Entries taken from a collection
_ _ _
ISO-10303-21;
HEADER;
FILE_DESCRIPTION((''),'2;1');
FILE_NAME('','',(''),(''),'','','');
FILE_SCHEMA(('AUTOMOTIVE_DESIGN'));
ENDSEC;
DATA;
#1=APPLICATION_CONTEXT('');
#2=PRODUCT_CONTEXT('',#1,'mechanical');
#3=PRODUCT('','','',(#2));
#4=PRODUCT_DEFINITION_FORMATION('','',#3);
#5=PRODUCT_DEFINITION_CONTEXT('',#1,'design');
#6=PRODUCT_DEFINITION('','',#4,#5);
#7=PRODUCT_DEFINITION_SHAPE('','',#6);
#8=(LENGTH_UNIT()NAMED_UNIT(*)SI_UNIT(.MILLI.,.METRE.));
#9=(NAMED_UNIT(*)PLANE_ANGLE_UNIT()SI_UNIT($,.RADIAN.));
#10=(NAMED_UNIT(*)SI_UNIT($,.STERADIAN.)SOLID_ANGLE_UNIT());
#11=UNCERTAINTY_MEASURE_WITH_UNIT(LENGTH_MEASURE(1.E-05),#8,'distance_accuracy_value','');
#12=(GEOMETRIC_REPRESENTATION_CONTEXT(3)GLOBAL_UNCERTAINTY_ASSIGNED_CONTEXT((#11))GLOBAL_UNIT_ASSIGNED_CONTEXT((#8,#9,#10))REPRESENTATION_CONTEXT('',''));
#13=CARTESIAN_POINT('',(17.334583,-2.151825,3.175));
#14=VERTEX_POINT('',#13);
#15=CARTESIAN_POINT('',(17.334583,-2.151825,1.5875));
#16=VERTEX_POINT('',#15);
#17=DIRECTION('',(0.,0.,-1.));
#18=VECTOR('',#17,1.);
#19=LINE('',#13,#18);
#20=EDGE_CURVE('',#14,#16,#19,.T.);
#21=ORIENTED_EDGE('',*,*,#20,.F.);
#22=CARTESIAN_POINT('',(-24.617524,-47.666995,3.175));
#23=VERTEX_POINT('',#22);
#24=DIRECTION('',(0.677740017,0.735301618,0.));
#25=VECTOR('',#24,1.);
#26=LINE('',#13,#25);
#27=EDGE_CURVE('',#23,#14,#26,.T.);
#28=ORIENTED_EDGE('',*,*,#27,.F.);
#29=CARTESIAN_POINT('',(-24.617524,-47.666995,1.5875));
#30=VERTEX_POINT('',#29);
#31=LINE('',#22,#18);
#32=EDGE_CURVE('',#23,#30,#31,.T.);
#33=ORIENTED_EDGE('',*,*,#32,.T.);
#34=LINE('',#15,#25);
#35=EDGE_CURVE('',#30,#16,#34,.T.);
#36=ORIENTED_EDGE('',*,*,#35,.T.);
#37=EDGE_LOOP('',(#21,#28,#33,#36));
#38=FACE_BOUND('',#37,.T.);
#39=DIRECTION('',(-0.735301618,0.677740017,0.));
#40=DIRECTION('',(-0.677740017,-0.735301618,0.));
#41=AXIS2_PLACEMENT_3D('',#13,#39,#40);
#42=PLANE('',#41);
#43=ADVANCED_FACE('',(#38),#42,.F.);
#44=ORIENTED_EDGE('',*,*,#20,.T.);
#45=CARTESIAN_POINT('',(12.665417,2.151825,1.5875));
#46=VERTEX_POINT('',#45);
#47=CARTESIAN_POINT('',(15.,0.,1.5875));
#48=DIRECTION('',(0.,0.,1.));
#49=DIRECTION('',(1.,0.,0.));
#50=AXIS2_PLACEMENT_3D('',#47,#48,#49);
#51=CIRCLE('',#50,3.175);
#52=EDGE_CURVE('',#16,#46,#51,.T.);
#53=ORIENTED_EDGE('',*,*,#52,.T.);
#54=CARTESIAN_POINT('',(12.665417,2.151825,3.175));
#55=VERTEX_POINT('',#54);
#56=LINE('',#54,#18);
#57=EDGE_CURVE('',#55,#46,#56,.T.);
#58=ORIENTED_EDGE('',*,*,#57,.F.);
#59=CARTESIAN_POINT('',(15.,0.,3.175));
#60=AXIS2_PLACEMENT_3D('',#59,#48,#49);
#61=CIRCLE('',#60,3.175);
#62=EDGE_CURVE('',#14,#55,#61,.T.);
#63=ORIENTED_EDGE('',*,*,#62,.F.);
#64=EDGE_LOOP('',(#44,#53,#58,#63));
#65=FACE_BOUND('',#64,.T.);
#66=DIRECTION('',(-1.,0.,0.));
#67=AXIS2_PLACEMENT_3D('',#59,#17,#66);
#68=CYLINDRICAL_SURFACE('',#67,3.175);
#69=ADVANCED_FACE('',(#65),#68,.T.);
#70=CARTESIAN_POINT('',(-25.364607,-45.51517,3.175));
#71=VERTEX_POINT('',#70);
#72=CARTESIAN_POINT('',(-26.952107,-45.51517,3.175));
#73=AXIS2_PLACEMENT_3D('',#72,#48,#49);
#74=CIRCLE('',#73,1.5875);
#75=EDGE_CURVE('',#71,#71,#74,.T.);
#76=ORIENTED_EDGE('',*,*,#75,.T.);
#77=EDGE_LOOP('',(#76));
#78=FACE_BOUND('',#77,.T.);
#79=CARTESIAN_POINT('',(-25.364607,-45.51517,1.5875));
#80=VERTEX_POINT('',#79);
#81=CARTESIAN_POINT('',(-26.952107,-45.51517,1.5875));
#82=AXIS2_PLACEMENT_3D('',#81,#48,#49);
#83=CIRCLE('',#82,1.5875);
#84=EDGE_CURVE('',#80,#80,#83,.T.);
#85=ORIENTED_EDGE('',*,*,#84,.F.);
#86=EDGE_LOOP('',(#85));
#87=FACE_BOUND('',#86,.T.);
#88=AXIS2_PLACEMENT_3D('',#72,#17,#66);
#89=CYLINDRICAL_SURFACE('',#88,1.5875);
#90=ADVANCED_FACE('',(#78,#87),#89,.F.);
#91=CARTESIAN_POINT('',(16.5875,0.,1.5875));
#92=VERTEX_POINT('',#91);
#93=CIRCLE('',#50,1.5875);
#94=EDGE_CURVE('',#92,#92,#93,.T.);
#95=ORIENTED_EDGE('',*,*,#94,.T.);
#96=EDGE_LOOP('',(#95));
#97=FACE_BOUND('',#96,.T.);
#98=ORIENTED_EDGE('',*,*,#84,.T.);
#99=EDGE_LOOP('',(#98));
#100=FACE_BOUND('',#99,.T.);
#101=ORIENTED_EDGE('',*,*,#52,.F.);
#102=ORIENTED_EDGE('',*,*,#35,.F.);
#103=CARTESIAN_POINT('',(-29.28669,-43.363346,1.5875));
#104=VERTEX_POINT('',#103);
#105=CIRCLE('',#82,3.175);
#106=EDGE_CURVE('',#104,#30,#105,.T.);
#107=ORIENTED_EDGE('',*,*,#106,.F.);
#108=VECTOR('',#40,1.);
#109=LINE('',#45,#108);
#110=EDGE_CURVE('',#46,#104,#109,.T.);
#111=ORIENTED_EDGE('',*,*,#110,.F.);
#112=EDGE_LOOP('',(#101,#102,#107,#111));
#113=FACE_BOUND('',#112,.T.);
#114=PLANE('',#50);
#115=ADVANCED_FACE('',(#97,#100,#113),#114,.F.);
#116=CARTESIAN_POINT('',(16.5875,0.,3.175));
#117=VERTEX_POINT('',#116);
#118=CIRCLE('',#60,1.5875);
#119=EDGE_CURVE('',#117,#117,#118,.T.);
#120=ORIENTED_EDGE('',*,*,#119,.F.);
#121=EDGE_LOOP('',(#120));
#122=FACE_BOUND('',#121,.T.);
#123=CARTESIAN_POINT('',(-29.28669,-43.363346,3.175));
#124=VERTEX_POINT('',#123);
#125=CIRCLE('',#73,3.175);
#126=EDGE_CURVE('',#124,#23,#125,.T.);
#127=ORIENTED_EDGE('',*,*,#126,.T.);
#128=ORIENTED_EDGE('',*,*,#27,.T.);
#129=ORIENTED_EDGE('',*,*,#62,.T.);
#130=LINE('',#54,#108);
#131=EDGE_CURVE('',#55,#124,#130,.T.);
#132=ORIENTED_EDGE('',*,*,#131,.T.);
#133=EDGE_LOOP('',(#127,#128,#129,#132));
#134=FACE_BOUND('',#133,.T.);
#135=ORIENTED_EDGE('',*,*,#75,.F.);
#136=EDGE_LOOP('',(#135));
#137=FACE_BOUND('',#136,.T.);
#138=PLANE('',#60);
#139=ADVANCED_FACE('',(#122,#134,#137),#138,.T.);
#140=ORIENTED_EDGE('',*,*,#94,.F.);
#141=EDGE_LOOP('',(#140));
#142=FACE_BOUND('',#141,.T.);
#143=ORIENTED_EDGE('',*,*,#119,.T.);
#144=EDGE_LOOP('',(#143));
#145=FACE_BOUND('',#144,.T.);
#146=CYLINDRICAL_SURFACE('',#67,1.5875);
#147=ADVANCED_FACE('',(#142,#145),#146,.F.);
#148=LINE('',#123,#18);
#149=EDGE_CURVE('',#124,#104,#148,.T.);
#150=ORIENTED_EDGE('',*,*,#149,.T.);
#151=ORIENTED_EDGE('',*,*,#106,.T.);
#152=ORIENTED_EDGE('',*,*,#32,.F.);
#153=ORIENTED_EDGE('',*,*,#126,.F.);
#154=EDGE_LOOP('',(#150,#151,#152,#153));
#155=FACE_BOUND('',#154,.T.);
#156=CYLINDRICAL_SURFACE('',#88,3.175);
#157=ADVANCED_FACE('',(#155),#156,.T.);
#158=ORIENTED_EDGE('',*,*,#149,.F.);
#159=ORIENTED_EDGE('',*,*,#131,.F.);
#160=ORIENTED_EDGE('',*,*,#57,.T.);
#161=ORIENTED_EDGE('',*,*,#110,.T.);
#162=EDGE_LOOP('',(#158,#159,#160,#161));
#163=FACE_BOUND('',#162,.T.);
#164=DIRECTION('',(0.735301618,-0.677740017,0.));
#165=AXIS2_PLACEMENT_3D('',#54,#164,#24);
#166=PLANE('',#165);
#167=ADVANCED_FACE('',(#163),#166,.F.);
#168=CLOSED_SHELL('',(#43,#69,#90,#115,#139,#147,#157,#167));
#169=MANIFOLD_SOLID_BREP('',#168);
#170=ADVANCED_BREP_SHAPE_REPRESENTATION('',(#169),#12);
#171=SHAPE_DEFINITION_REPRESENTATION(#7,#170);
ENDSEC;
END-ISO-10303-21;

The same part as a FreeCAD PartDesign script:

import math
import FreeCAD as App
import Part
import Sketcher

V = App.Vector
Q = App.Units.Quantity

doc = App.newDocument("Part")
body = doc.addObject("PartDesign::Body", "Body")

sketch1 = doc.addObject("Sketcher::SketchObject", "Sketch")
body.addObject(sketch1)
sketch1.AttachmentSupport = (doc.XY_Plane, [""])
sketch1.MapMode = "FlatFace"
sketch1.AttachmentOffset = App.Placement(V(0, 0, 0.0625 * 25.4), App.Rotation())
sketch1.addGeometry(Part.LineSegment(V(-24.6, -47.7, 0), V(17.3, -2.2, 0)), False)
sketch1.addGeometry(Part.ArcOfCircle(Part.Circle(V(15, 0, 0), V(0, 0, 1), 3.2), math.radians(-43), math.radians(137)), False)
sketch1.addGeometry(Part.LineSegment(V(12.7, 2.2, 0), V(-29.3, -43.4, 0)), False)
sketch1.addGeometry(Part.ArcOfCircle(Part.Circle(V(-27, -45.5, 0), V(0, 0, 1), 3.2), math.radians(137), math.radians(317)), False)
sketch1.addGeometry(Part.Circle(V(-27, -45.5, 0), V(0, 0, 1), 1.6), False)
sketch1.addGeometry(Part.Circle(V(15, 0, 0), V(0, 0, 1), 1.6), False)
sketch1.addConstraint(Sketcher.Constraint("Tangent", 0, 2, 1, 1))
sketch1.addConstraint(Sketcher.Constraint("Tangent", 1, 2, 2, 1))
sketch1.addConstraint(Sketcher.Constraint("Tangent", 2, 2, 3, 1))
sketch1.addConstraint(Sketcher.Constraint("Tangent", 3, 2, 0, 1))
sketch1.addConstraint(Sketcher.Constraint("Coincident", 4, 3, 3, 3))
sketch1.addConstraint(Sketcher.Constraint("Coincident", 5, 3, 1, 3))
sketch1.addConstraint(Sketcher.Constraint("Equal", 1, 3))
sketch1.addConstraint(Sketcher.Constraint("Equal", 4, 5))
sketch1.addConstraint(Sketcher.Constraint("PointOnObject", 1, 3, -1))
sketch1.addConstraint(Sketcher.Constraint("Diameter", 4, Q("0.125 in")))
sketch1.addConstraint(Sketcher.Constraint("Radius", 1, Q("0.125 in")))
sketch1.addConstraint(Sketcher.Constraint("Distance", 0, Q("61.9 mm")))
sketch1.addConstraint(Sketcher.Constraint("DistanceX", -1, 1, 1, 3, Q("15 mm")))
sketch1.addConstraint(Sketcher.Constraint("DistanceY", 3, 3, -1, 1, Q("45.51517 mm")))
pad1 = doc.addObject("PartDesign::Pad", "Pad")
body.addObject(pad1)
pad1.Profile = sketch1
pad1.Length = Q("0.0625 in")

doc.recompute()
_ _ _
• WHAT TO WORK ON
Reproduce the entries above exactly, but only the lines between the line holding "#26=LINE('',#13,#25);" and the line holding "#40=DIRECTION('',(-0.677740017,-0.735301618,0.));", inclusive.

• EXERCISE OUTPUT
#26=LINE('',#13,#25);
#27=EDGE_CURVE('',#23,#14,#26,.T.);
#28=ORIENTED_EDGE('',*,*,#27,.F.);
#29=CARTESIAN_POINT('',(-24.617524,-47.666995,1.5875));
#30=VERTEX_POINT('',#29);
#31=LINE('',#22,#18);
#32=EDGE_CURVE('',#23,#30,#31,.T.);
#33=ORIENTED_EDGE('',*,*,#32,.T.);
#34=LINE('',#15,#25);
#35=EDGE_CURVE('',#30,#16,#34,.T.);
#36=ORIENTED_EDGE('',*,*,#35,.T.);
#37=EDGE_LOOP('',(#21,#28,#33,#36));
#38=FACE_BOUND('',#37,.T.);
#39=DIRECTION('',(-0.735301618,0.677740017,0.));
#40=DIRECTION('',(-0.677740017,-0.735301618,0.));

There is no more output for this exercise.